Iglesia, política y dineros

La revista de los jesuitas “Sal Terrae” publicó el pasado mes de noviembre un número dedicado a las relaciones entre Política e Iglesia, “Del enfrentamiento al pacto”.  Diversos articulistas ofrecieron perspectivas complementarias sobre esta compleja materia.

Un número, por cierto, que ha pasado bastante inadvertido y que bien pudiera dar materia para un debate público. Pedagogía que no parece ser muy común por estos predios.

De entre las colaboraciones, destacaría la del jesuita Raúl González Fabre, coordinador de “Justicia y solidaridad” de entreparéntesis.org.
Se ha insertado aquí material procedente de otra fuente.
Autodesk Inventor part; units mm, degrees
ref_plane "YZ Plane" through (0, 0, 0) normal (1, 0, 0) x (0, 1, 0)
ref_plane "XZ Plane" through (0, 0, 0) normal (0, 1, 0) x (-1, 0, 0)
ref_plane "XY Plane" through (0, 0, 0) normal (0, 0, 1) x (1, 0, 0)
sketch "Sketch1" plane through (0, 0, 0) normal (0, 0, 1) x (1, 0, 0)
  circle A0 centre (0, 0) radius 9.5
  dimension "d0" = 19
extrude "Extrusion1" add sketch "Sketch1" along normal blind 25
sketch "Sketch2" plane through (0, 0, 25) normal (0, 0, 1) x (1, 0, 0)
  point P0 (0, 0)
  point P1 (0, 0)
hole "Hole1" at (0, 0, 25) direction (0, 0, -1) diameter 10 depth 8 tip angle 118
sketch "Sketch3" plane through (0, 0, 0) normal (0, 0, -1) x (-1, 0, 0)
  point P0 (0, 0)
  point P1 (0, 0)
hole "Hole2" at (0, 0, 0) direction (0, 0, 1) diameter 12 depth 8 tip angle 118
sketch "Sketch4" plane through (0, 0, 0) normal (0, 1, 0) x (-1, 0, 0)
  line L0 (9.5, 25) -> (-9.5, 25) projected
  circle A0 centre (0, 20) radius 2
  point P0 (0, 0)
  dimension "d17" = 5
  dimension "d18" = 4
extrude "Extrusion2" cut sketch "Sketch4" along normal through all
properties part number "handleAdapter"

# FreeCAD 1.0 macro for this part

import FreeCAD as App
import Part
import Sketcher

V = App.Vector

doc = App.newDocument("Part")
body = doc.addObject("PartDesign::Body", "Body")

sketch1 = body.newObject("Sketcher::SketchObject", "Sketch")
sketch1.AttachmentSupport = (doc.getObject("XY_Plane"), [""])
sketch1.MapMode = "FlatFace"
sketch1.addGeometry(Part.Circle(V(0, 0, 0), V(0, 0, 1), 10), False)
sketch1.addConstraint(Sketcher.Constraint("Coincident", 0, 3, -1, 1))
sketch1.addConstraint(Sketcher.Constraint("Diameter", 0, 19.0))
pad1 = body.newObject("PartDesign::Pad", "Pad")
pad1.Profile = sketch1
pad1.Length = 25

sketch2 = body.newObject("Sketcher::SketchObject", "Sketch001")
sketch2.AttachmentSupport = (doc.getObject("XY_Plane"), [""])
sketch2.MapMode = "FlatFace"
sketch2.AttachmentOffset = App.Placement(V(0, 0, 25), App.Rotation())
sketch2.addGeometry(Part.Circle(V(0, 0, 0), V(0, 0, 1), 5), False)
sketch2.addConstraint(Sketcher.Constraint("Coincident", 0, 3, -1, 1))
sketch2.addConstraint(Sketcher.Constraint("Diameter", 0, 10.0))
doc.recompute()
hole = body.newObject("PartDesign::Hole", "Hole")
hole.Profile = sketch2
hole.ThreadType = "None"
hole.Diameter = 10
hole.DepthType = "Dimension"
hole.Depth = 8
hole.DrillPoint = "Angled"
hole.DrillPointAngle = 118

sketch3 = body.newObject("Sketcher::SketchObject", "Sketch002")
sketch3.AttachmentSupport = (doc.getObject("XY_Plane"), [""])
sketch3.MapMode = "FlatFace"
sketch3.addGeometry(Part.Circle(V(0, 0, 0), V(0, 0, 1), 6), False)
sketch3.addConstraint(Sketcher.Constraint("Coincident", 0, 3, -1, 1))
sketch3.addConstraint(Sketcher.Constraint("Diameter", 0, 12.0))
doc.recompute()
hole2 = body.newObject("PartDesign::Hole", "Hole001")
hole2.Profile = sketch3
hole2.ThreadType = "None"
hole2.Diameter = 12
hole2.DepthType = "Dimension"
hole2.Depth = 8
hole2.DrillPoint = "Angled"
hole2.DrillPointAngle = 118
hole2.Reversed = True

sketch4 = body.newObject("Sketcher::SketchObject", "Sketch003")
sketch4.AttachmentSupport = (doc.getObject("XZ_Plane"), [""])
sketch4.MapMode = "FlatFace"
sketch4.addGeometry(Part.Circle(V(0, 20, 0), V(0, 0, 1), 2), False)
sketch4.addConstraint(Sketcher.Constraint("PointOnObject", 0, 3, -2))
sketch4.addConstraint(Sketcher.Constraint("Diameter", 0, 4.0))
sketch4.addConstraint(Sketcher.Constraint("DistanceY", -1, 1, 0, 3, 20.0))
pocket1 = body.newObject("PartDesign::Pocket", "Pocket")
pocket1.Profile = sketch4
pocket1.Type = "ThroughAll"

doc.recompute()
Su contribución analizaba la presencia de lo religioso en las páginas web de los principales partidos políticos. Al margen de algunas afirmaciones que pueden sorprender en su análisis, como las referidas, siendo Jorge Fernández Ministro del Interior, a la concesión de la Gran Cruz de la Guardia Civil a la Virgen del Pilar en 2012, o de la Medalla de Oro al Mérito Policial a Nuestra Señora Santísima el Amor, en 2014, lo que puede interesar para alimentar el diálogo público es la conclusión de su trabajo.

Dice el padre González Fabre que “en España no existe una prohibición constitucional (como en Estados Unidos) de que el Estado financie organizaciones religiosas en cuanto tales”. Al revés, organizaciones de muy diversa naturaleza, encuadradas bajo el epígrafe de sociedad civil suelen aspirar a ser costeadas por el Estado.

Esto implica, según este jesuita, que la sociedad civil sea “muy dependiente” de sus relaciones con los gobiernos de diversos niveles.

Y añade: “Así visto, el apoyo del Estado a la Iglesia católica puede considerarse como un caramelo envenenado: precisamente el ser costeada por el Estado financiera, educativa y simbólicamente disminuye la libertad de acción de la Iglesia en el espacio público. Una Iglesia financiada directamente por sus fieles, que no recurriera al sistema educativo público para difundir sus ideas, etc., tendría más independencia y más fuerza para proponer eficazmente sus enseñanzas sociales sin preocuparse por contentar a los detentadores del poder en cada momento, aparecer asociada a ellos…”.

Y para concluir, nuestro autor sigue sacando las consecuencias: “Dependería más de los fieles y menos del Estado. Es un punto discutido dentro de la misma Iglesia católica. Para lo que interesa a nuestro artículo, permite notar que no necesariamente todas las posiciones políticas que quieren reducir el apoyo estatal a la Iglesia deben ser entendidas como anti-eclesiales”.

Dejo constancia de sus afirmaciones, que entiendo son de autor, no de la revista, para ese soñado diálogo público. Quizá, más adelante, haya que profundizar en su contenido. Si fuera así, como se dice en el artículo, mucho trabajo se le ahorraría a la Conferencia Episcopal, en este sentido.